In this research group, we study the Dark Age of the Universe through observations of Cosmic Infrared Background (CIRB). The Dark Age is the period between the recombination epoch, when the universe became neutral and CMB was left, and the reionization epoch, when the first stars were formed by density perturbations.

Recent observations have found that CIRB in the near- and mid-infrared region has spectrum shape with a peak near 1μm wavelength. The shape is unique in that its brightness and fluctuations cannot be explained by the integrated flux of the external galaxies towards the line of sight. It is thought to be caused by ionizing ultraviolet radiation, mainly the Lyman alpha lines from the first generation stars and galaxies. The observation attracts much attention as a way to probe the Dark Ages.

We will continuously promote the rocket experiments aiming at a more advanced research. We will study contributions from the first stars and galaxies with detailed observations on the Lyman alpha lines and CIRB fluctuations using the infrared astronomical satellite AKARI and a rocket mission CIBER.

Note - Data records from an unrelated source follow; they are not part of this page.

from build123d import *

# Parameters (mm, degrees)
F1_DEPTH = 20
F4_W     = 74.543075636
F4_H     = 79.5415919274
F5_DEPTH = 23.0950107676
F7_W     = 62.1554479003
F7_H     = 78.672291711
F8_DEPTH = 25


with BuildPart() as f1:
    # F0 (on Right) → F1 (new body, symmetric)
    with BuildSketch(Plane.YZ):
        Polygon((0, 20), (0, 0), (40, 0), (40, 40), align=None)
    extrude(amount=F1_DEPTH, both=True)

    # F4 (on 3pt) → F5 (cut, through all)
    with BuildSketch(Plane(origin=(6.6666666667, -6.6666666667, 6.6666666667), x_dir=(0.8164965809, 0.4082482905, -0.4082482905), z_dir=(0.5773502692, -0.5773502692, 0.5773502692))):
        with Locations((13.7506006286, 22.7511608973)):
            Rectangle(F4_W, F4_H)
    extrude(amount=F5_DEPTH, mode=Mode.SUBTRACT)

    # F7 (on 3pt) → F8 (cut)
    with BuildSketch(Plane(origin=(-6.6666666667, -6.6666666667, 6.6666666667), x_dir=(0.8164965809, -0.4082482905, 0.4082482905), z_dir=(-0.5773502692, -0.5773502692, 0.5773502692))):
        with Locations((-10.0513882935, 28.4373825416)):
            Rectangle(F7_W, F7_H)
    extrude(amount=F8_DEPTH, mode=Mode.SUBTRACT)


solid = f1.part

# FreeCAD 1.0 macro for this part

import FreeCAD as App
import Part
import Sketcher
Q = App.Units.Quantity

doc = App.newDocument("Part")
body = doc.addObject("PartDesign::Body", "Body")

# Sketch on YZ plane
sketch1 = body.newObject("Sketcher::SketchObject", "Sketch")
sketch1.AttachmentSupport = (doc.getObject("YZ_Plane"), [""])
sketch1.MapMode = "FlatFace"
sketch1.addGeometry([
    Part.LineSegment(App.Vector(0, 20, 0), App.Vector(0, 0, 0)),
    Part.LineSegment(App.Vector(0, 0, 0), App.Vector(40, 0, 0)),
    Part.LineSegment(App.Vector(40, 0, 0), App.Vector(40, 40, 0)),
    Part.LineSegment(App.Vector(40, 40, 0), App.Vector(0, 20, 0)),
], False)
sketch1.addConstraint([
    Sketcher.Constraint("Coincident", 0, 2, 1, 1),
    Sketcher.Constraint("Coincident", 1, 2, 2, 1),
    Sketcher.Constraint("Coincident", 2, 2, 3, 1),
    Sketcher.Constraint("Coincident", 3, 2, 0, 1),
    Sketcher.Constraint("Vertical", 0),
    Sketcher.Constraint("Horizontal", 1),
    Sketcher.Constraint("Vertical", 2),
    Sketcher.Constraint("Coincident", 0, 2, -1, 1),
    Sketcher.Constraint("Equal", 1, 2),
    Sketcher.Constraint("DistanceX", 1, 1, 1, 2, Q("40 mm")),
    Sketcher.Constraint("DistanceY", 0, 2, 0, 1, Q("20 mm")),
])
pad1 = body.newObject("PartDesign::Pad", "Pad")
pad1.Profile = sketch1
pad1.Length = 40
pad1.Midplane = True

# Sketch on an angled plane
sketch2 = body.newObject("Sketcher::SketchObject", "Sketch001")
sketch2.Placement = App.Placement(App.Vector(6.666667, -6.666667, 6.666667), App.Rotation(App.Vector(0.816496581, 0.40824829, -0.40824829), App.Vector(0, 0.707106781, 0.707106781), App.Vector(0.577350269, -0.577350269, 0.577350269), "ZXY"))
sketch2.addGeometry([
    Part.LineSegment(App.Vector(-24, 63, 0), App.Vector(-24, -17, 0)),
    Part.LineSegment(App.Vector(-24, -17, 0), App.Vector(51, -17, 0)),
    Part.LineSegment(App.Vector(51, -17, 0), App.Vector(51, 63, 0)),
    Part.LineSegment(App.Vector(51, 63, 0), App.Vector(-24, 63, 0)),
], False)
sketch2.addConstraint([
    Sketcher.Constraint("Coincident", 0, 2, 1, 1),
    Sketcher.Constraint("Coincident", 1, 2, 2, 1),
    Sketcher.Constraint("Coincident", 2, 2, 3, 1),
    Sketcher.Constraint("Coincident", 3, 2, 0, 1),
    Sketcher.Constraint("Vertical", 0),
    Sketcher.Constraint("Horizontal", 1),
    Sketcher.Constraint("Vertical", 2),
    Sketcher.Constraint("Horizontal", 3),
    Sketcher.Constraint("DistanceY", 0, 2, 0, 1, Q("79.541592 mm")),
    Sketcher.Constraint("DistanceX", 1, 1, 1, 2, Q("74.543076 mm")),
    Sketcher.Constraint("DistanceX", -1, 1, 1, 2, Q("51.022138 mm")),
    Sketcher.Constraint("DistanceY", 0, 2, -1, 1, Q("17.019635 mm")),
])
pocket1 = body.newObject("PartDesign::Pocket", "Pocket")
pocket1.Profile = sketch2
pocket1.Type = "ThroughAll"
pocket1.Reversed = True

# Sketch on an angled plane
sketch3 = body.newObject("Sketcher::SketchObject", "Sketch002")
sketch3.Placement = App.Placement(App.Vector(-6.666667, -6.666667, 6.666667), App.Rotation(App.Vector(0.816496581, -0.40824829, 0.40824829), App.Vector(0, 0.707106781, 0.707106781), App.Vector(-0.577350269, -0.577350269, 0.577350269), "ZXY"))
sketch3.addGeometry([
    Part.LineSegment(App.Vector(-41, 68, 0), App.Vector(-41, -11, 0)),
    Part.LineSegment(App.Vector(-41, -11, 0), App.Vector(21, -11, 0)),
    Part.LineSegment(App.Vector(21, -11, 0), App.Vector(21, 68, 0)),
    Part.LineSegment(App.Vector(21, 68, 0), App.Vector(-41, 68, 0)),
], False)
sketch3.addConstraint([
    Sketcher.Constraint("Coincident", 0, 2, 1, 1),
    Sketcher.Constraint("Coincident", 1, 2, 2, 1),
    Sketcher.Constraint("Coincident", 2, 2, 3, 1),
    Sketcher.Constraint("Coincident", 3, 2, 0, 1),
    Sketcher.Constraint("Vertical", 0),
    Sketcher.Constraint("Horizontal", 1),
    Sketcher.Constraint("Vertical", 2),
    Sketcher.Constraint("Horizontal", 3),
    Sketcher.Constraint("DistanceY", 0, 2, 0, 1, Q("78.672292 mm")),
    Sketcher.Constraint("DistanceX", 1, 1, 1, 2, Q("62.155448 mm")),
    Sketcher.Constraint("DistanceY", -1, 1, 2, 2, Q("67.773528 mm")),
    Sketcher.Constraint("DistanceX", 0, 2, -1, 1, Q("41.129112 mm")),
])
pocket2 = body.newObject("PartDesign::Pocket", "Pocket001")
pocket2.Profile = sketch3
pocket2.Length = 25
pocket2.Reversed = True

doc.recompute()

As well as obtaining scientific results, our aim is to develop basis for future satellite missions such as SPICA in collaboration with Group A02.

Moreover, we will plan and study “the ultimate CIRB observation mission” which will completely remove the effects of zodiacal light (foreground radiation) utilizing interplanetary probe that will escape from solar dust clouds.

We will analyze AKARI’s data in order to detect CIRB in the far-infrared region which carries information on components such as dust radiation from primitive new-born galaxies and hydrogen molecule lines accompanied by the first star formation. In collaboration with Groups A01 and A04, we will conduct a comprehensive research on the effects of the objects in the Dark Ages on CMB.